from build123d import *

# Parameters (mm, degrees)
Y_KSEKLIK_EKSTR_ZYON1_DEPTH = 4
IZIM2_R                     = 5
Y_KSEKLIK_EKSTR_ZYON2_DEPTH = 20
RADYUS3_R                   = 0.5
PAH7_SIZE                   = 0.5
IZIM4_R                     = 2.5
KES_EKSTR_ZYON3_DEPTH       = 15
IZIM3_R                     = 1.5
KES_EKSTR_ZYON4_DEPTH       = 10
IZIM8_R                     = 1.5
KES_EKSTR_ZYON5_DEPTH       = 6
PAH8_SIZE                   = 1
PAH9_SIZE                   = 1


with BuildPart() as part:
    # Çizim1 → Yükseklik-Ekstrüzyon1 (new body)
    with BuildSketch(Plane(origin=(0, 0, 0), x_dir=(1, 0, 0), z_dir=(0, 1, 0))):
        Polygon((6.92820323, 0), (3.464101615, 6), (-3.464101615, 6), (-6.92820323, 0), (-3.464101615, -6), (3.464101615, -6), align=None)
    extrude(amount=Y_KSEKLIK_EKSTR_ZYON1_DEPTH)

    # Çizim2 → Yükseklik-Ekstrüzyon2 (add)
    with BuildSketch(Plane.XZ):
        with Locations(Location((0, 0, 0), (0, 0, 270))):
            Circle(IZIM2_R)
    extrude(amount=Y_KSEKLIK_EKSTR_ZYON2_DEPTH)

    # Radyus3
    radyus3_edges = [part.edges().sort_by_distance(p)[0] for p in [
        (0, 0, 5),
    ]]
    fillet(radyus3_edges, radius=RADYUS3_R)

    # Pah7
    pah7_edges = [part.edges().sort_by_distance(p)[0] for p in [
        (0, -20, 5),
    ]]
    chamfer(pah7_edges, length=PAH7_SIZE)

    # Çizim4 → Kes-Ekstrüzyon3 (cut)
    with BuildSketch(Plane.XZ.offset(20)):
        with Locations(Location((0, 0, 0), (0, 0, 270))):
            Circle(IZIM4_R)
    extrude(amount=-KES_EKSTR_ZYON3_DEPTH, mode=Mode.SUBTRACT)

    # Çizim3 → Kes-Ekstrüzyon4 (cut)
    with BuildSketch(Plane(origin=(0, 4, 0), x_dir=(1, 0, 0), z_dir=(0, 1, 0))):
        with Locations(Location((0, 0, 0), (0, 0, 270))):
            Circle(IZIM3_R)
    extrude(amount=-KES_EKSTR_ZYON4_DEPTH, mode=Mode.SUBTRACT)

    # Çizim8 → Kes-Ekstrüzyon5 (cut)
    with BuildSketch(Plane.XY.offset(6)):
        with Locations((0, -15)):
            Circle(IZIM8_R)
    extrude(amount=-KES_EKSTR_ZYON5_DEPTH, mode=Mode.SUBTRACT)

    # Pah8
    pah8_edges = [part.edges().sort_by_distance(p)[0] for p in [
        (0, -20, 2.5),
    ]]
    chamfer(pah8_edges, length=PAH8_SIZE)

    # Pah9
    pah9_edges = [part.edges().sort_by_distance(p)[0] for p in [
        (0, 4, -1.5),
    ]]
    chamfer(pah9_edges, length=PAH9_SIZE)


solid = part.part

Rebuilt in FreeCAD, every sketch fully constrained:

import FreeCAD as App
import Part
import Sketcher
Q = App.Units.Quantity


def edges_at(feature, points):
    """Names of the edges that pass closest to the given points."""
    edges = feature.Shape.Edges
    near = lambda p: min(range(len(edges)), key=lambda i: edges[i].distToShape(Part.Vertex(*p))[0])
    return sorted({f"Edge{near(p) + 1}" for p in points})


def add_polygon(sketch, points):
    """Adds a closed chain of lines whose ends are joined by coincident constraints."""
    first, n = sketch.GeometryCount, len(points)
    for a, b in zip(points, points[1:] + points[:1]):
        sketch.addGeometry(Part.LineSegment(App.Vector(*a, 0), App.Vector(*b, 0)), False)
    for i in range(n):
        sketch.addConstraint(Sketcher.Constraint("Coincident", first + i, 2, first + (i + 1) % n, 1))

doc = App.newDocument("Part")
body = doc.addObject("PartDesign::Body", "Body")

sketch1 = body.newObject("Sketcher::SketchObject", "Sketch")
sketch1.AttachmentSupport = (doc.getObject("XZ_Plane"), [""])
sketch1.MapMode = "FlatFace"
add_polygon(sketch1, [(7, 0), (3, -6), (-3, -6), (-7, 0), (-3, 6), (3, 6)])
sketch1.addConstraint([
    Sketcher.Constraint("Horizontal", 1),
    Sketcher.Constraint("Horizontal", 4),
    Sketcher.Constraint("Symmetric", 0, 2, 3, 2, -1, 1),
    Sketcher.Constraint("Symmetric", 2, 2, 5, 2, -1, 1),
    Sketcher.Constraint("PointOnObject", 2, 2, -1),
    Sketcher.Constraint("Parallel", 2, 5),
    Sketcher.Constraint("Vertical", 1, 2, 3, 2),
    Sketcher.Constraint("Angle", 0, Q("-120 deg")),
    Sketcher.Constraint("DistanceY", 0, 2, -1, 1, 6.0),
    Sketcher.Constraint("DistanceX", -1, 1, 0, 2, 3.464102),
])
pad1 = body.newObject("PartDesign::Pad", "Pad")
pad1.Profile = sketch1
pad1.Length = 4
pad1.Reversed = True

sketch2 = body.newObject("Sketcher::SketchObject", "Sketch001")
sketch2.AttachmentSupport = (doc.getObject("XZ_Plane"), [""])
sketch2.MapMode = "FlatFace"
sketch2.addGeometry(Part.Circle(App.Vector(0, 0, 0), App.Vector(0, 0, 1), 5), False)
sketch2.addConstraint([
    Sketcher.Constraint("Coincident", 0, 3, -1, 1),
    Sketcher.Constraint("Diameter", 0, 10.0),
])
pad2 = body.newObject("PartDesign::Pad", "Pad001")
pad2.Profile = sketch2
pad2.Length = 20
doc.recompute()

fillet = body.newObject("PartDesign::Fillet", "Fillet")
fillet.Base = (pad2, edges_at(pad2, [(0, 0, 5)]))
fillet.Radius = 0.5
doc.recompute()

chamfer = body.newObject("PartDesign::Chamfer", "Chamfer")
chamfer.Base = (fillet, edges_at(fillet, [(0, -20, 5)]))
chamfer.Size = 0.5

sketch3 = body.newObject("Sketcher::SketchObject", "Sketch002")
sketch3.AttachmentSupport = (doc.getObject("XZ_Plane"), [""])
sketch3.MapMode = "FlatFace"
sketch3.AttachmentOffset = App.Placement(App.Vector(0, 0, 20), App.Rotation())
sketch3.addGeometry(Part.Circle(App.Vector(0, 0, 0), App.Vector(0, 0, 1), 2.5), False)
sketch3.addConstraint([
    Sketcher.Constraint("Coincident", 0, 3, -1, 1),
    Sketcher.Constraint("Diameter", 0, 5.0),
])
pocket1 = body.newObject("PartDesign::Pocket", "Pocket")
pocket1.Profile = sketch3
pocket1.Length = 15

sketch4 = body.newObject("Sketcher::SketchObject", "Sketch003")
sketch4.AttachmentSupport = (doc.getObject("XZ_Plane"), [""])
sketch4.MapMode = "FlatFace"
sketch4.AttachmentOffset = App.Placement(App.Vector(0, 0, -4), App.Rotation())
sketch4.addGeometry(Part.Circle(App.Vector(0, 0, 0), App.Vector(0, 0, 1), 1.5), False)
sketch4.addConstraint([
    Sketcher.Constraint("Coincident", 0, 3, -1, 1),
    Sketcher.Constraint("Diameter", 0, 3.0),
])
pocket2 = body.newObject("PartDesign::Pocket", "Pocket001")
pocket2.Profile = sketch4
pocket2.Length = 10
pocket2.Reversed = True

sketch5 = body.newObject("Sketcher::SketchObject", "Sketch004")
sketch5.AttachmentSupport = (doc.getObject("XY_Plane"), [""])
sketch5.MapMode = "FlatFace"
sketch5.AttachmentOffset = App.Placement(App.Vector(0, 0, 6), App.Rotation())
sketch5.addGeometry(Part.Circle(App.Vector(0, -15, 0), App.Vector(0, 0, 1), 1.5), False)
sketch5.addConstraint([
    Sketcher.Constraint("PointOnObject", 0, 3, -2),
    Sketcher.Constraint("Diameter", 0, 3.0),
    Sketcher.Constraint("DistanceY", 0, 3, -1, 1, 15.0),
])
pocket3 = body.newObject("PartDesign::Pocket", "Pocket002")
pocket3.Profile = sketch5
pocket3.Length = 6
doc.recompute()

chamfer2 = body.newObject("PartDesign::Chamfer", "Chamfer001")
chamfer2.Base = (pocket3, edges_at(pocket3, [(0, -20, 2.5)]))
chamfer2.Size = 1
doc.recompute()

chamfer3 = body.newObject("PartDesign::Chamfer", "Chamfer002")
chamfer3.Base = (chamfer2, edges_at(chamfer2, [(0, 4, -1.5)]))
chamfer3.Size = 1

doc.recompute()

What this task involves — All lines of the records above that carry the word "amount" should be listed.

Task result —
    extrude(amount=Y_KSEKLIK_EKSTR_ZYON1_DEPTH)
    extrude(amount=Y_KSEKLIK_EKSTR_ZYON2_DEPTH)
    extrude(amount=-KES_EKSTR_ZYON3_DEPTH, mode=Mode.SUBTRACT)
    extrude(amount=-KES_EKSTR_ZYON4_DEPTH, mode=Mode.SUBTRACT)
    extrude(amount=-KES_EKSTR_ZYON5_DEPTH, mode=Mode.SUBTRACT)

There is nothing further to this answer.